Am I right in thinking that #ln(-6)# is undefined ?

3 Answers
Aug 31, 2017

#"correct"#

Explanation:

#"the log function is not defined for negative values"#

#"the graph of ln should confirm this for you"#
graph{lnx [-10, 10, -5, 5]}

Aug 31, 2017

It depends...

Explanation:

As a real valued function of real numbers the function #e^x# is a one to one function from #(-oo, oo)# onto #(0, oo)#.

Therefore it has a well defined inverse function #ln(x)# from #(0, oo)# onto #(-oo, oo)#.

This real valued logarithm is not defined for any real number in #(-oo, 0]#

However, #e^x# can also be considered as a complex valued function of complex numbers.

As such, it is a many to one function from #CC# onto #CC"\"{0}#.

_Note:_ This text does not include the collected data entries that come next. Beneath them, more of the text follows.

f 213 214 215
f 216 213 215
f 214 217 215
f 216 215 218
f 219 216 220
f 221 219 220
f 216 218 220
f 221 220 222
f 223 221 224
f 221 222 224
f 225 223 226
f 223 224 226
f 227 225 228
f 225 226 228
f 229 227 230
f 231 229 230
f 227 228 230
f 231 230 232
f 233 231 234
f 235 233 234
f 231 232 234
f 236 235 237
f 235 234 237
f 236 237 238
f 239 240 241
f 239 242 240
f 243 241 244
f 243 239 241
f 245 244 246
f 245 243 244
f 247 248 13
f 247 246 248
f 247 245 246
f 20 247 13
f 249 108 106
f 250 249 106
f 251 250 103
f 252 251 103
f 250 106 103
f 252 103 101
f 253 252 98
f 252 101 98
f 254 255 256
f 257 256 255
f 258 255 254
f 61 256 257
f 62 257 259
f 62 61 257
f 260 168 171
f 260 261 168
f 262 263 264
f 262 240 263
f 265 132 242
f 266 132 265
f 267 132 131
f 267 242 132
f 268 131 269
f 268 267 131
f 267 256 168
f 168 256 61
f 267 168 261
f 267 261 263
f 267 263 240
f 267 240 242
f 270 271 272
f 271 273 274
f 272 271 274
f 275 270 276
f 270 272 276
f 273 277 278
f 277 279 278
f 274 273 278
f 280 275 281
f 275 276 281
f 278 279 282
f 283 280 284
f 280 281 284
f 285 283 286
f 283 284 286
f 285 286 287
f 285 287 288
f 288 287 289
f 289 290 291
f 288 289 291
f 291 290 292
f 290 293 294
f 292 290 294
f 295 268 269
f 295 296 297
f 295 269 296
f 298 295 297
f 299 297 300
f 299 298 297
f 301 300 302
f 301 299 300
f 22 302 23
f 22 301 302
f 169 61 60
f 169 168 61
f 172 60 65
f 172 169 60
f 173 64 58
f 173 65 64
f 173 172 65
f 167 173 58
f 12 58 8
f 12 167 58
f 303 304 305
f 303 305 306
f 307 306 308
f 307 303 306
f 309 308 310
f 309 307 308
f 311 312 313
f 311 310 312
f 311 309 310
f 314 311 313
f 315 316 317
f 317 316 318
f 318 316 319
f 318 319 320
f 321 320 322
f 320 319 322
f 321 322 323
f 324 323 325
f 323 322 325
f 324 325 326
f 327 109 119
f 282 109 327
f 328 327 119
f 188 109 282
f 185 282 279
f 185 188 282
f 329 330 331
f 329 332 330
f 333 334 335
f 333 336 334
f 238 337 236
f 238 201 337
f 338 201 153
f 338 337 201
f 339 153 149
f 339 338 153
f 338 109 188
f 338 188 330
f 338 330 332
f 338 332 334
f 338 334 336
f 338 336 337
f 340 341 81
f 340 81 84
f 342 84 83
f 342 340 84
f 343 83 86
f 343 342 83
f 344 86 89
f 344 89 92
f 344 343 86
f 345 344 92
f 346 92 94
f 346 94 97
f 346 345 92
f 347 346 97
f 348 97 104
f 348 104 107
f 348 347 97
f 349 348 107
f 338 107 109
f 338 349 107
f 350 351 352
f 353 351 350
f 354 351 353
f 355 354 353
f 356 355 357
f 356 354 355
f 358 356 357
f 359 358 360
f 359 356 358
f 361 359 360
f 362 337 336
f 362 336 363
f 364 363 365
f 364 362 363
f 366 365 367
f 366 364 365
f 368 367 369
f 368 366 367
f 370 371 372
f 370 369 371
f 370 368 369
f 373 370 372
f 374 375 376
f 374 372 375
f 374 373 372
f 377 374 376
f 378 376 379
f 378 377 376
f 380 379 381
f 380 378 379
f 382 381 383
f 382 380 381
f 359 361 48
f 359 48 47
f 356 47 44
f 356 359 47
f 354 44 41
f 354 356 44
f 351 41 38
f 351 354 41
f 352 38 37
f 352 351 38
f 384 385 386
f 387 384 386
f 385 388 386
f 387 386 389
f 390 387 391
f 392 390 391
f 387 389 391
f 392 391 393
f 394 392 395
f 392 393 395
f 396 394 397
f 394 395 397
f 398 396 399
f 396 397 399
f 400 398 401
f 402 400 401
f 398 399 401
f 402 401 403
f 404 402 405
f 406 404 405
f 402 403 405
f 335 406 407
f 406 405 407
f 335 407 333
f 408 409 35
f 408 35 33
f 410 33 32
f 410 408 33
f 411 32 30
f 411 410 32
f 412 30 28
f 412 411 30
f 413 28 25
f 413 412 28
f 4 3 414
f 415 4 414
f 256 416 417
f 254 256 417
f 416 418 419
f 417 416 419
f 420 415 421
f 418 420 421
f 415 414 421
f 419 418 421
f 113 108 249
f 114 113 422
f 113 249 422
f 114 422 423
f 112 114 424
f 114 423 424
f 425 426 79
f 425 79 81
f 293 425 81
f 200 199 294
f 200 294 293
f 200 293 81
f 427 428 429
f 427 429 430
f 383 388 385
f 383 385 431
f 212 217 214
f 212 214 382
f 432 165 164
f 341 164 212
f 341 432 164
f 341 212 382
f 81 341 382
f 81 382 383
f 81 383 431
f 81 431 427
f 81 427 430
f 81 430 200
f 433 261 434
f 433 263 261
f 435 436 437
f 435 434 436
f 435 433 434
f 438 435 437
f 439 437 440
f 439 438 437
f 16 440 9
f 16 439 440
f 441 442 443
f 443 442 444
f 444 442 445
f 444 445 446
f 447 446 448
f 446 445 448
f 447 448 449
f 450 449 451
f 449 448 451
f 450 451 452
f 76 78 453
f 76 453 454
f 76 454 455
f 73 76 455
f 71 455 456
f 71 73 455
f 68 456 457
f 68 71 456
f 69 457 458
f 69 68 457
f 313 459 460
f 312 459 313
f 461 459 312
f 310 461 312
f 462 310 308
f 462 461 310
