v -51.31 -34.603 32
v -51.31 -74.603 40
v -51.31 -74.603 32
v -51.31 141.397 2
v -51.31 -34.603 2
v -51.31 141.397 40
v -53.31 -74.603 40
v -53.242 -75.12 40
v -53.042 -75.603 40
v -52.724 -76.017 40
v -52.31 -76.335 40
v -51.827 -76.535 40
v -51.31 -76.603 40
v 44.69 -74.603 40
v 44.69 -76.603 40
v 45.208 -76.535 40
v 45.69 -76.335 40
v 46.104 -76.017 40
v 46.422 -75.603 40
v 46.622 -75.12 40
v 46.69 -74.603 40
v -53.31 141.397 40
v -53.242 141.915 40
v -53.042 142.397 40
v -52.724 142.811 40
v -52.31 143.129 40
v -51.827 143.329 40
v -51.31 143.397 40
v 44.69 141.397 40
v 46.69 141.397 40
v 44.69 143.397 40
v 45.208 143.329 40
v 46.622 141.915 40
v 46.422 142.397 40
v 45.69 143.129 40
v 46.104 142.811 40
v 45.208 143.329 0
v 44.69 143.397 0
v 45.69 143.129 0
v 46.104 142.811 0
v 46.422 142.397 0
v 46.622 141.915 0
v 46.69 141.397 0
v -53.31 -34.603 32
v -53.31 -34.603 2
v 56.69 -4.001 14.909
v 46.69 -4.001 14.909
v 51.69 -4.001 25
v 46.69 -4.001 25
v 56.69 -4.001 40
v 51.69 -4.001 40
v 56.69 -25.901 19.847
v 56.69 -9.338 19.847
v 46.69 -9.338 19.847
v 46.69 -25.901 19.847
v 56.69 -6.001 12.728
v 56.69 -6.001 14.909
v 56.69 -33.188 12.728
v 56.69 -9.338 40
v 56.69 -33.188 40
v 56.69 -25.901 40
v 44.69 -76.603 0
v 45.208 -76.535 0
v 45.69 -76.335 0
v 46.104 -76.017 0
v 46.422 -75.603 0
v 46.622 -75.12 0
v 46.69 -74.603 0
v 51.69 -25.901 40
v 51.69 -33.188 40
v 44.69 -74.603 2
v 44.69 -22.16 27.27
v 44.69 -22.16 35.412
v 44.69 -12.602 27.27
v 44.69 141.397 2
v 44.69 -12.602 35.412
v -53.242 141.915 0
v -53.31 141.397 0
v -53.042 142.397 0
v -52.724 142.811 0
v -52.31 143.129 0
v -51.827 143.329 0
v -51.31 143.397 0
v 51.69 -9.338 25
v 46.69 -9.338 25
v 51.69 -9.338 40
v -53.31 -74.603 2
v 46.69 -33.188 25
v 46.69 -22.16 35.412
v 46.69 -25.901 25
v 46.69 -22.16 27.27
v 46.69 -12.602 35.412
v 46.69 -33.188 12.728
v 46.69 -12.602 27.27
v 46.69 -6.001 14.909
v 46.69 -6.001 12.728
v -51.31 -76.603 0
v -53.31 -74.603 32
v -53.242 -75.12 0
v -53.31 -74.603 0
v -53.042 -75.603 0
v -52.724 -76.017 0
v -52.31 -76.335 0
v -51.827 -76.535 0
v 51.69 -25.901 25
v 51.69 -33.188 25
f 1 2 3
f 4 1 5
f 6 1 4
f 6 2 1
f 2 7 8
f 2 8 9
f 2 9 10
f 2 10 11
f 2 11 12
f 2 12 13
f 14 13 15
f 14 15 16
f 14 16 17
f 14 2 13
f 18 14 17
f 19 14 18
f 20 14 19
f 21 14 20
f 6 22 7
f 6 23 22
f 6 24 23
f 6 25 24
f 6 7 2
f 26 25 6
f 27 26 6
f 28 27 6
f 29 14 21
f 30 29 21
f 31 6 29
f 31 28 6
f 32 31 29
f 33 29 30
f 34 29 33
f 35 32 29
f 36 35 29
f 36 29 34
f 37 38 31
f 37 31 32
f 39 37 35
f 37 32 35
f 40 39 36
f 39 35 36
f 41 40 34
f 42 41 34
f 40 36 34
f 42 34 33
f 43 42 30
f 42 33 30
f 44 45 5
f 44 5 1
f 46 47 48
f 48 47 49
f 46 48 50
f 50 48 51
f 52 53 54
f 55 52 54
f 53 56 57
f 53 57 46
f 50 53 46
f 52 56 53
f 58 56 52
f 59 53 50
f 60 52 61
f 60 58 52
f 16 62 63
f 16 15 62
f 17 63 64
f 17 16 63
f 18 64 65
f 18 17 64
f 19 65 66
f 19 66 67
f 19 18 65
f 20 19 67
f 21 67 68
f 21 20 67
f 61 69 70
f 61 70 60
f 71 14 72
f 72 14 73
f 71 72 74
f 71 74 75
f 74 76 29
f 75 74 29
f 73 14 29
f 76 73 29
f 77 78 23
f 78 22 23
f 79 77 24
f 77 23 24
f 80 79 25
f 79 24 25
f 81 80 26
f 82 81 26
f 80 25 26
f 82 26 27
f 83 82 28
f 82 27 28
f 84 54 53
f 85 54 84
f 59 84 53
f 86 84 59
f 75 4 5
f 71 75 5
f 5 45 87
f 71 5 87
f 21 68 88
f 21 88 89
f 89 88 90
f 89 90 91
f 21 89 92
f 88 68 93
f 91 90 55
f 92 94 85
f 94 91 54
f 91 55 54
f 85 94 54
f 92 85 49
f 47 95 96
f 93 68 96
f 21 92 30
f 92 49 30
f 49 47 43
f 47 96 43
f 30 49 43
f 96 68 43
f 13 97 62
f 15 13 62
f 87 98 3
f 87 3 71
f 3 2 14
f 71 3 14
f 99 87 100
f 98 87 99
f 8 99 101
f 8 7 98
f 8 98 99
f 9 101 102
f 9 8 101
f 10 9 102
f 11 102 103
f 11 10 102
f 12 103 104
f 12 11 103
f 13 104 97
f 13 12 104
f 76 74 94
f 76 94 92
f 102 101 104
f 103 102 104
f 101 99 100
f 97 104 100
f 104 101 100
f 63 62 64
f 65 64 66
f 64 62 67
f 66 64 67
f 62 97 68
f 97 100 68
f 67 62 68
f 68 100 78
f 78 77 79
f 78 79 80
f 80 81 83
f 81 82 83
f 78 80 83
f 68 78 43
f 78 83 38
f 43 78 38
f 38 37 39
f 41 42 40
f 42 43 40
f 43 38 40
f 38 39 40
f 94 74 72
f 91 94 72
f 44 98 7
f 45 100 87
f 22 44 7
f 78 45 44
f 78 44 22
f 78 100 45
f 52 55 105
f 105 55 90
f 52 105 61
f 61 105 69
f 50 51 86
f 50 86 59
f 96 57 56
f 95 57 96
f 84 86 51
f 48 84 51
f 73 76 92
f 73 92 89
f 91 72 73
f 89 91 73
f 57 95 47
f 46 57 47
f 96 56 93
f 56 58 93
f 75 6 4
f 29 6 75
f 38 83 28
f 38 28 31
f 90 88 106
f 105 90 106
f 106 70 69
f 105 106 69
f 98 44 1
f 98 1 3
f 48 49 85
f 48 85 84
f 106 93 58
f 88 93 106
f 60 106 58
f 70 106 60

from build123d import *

# Parameters (mm, degrees)
F0_W      = 100
F0_H      = 220
F1_DEPTH  = 40
F2_W      = 96
F2_H      = 216
F3_DEPTH  = 38
F5_R      = 2
F4_W      = 40
F4_H      = 30
F6_DEPTH  = 2
F8_W      = 5.3375530988
F8_H      = 25.0908638909
F9_DEPTH  = 10
F10_W     = 7.2876084596
F10_H     = 27.2723501176
F11_DEPTH = 10
F12_W     = 10
F12_H     = 7.1194600314
F13_DEPTH = 19.9
F14_W     = 9.5573319122
F14_H     = 8.1418789923
F15_DEPTH = 25
F16_W     = 5
F16_H     = 7.2876084596
F16_H_2   = 5.3375530988
F17_DEPTH = 15


with BuildPart() as f1:
    # F0 (on Top) → F1 (new body)
    with BuildSketch(Plane.XY):
        with Locations((-3.3097676933, 33.3972522417)):
            Rectangle(F0_W, F0_H)
    extrude(amount=F1_DEPTH)

    # F2 (on face) → F3 (cut)
    with BuildSketch(Plane.XY.offset(40)):
        with Locations((-3.3097676933, 33.3972522417)):
            Rectangle(F2_W, F2_H)
    extrude(amount=-F3_DEPTH, mode=Mode.SUBTRACT)

    # F5
    f5_edges = [f1.edges().sort_by_distance(p)[0] for p in [
        (-53.309768, -76.602748, 20),
        (46.690232, -76.602748, 20),
        (-53.309768, 143.397252, 20),
        (46.690232, 143.397252, 20),
    ]]
    fillet(f5_edges, radius=F5_R)

    # F4 (on face) → F6 (cut)
    with BuildSketch(Plane(origin=(-53.3097676933, 0, 0), x_dir=(0, -1, 0), z_dir=(-1, 0, 0))):
        with Locations((54.6027477583, 17)):
            Rectangle(F4_W, F4_H)
    extrude(amount=-F6_DEPTH, mode=Mode.SUBTRACT)

    # F8 (on face) → F9 (join)
    with BuildSketch(Plane.YZ.offset(46.6902323067)):
        with Locations((-6.6695250571, 27.4545680545)):
            Rectangle(F8_W, F8_H)
    extrude(amount=F9_DEPTH)

    # F10 (on face) → F11 (join)
    with BuildSketch(Plane.YZ.offset(46.6902323067)):
        with Locations((-29.5446543023, 26.3638249412)):
            Rectangle(F10_W, F10_H)
    extrude(amount=F11_DEPTH)

    # F12 (on face) → F13 (join)
    with BuildSketch(Plane(origin=(0, -25.9008500725, 0), x_dir=(-1, 0, 0), z_dir=(0, 1, 0))):
        with Locations((-51.6902323067, 16.2873798981)):
            Rectangle(F12_W, F12_H)
    extrude(amount=F13_DEPTH)

    # F14 (on face) → F15 (cut)
    with BuildSketch(Plane(origin=(44.6902323067, 0, 0), x_dir=(0, -1, 0), z_dir=(-1, 0, 0))):
        with Locations((17.3811190762, 31.3413348049)):
            Rectangle(F14_W, F14_H)
    extrude(amount=-F15_DEPTH, mode=Mode.SUBTRACT)

    # F16 (on face) → F17 (cut)
    with BuildSketch(Plane.XY.offset(40)):
        with Locations((49.1902323067, -29.5446543023)):
            Rectangle(F16_W, F16_H)
        with Locations((49.1902323067, -6.6695250571)):
            Rectangle(F16_W, F16_H_2)
    extrude(amount=-F17_DEPTH, mode=Mode.SUBTRACT)


solid = f1.part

Since it is many to one, the complex valued logarithm #ln x# that extends the real valued logarithm has multiple branches. The principal logarithm is usually taken to have values in:

#{ x+yi : x in RR, y in (-pi, pi] }#

If #x# is any negative real number, then the principal value of its complex logarithm is:

#ln x = ln (-x) + pi i#

So, for example:

#ln(-6) = ln(6) + pi i#

In general:

#ln(r(cos theta + i sin theta)) = ln r + theta i" "# for #theta in (-pi, pi]#

Sep 1, 2017

Yes

Explanation:

Say you have the following expression:

#ln(-6) = x#

This directly translates, by the definition of the natural log, to

#e^x = -6#

#e# is a positive number equal to approximately 2.72. No matter how many times you multiply a positive number by itself, you will always still get a positive number, so #e^x# can never equal #-6#, and the answer is considered undefined.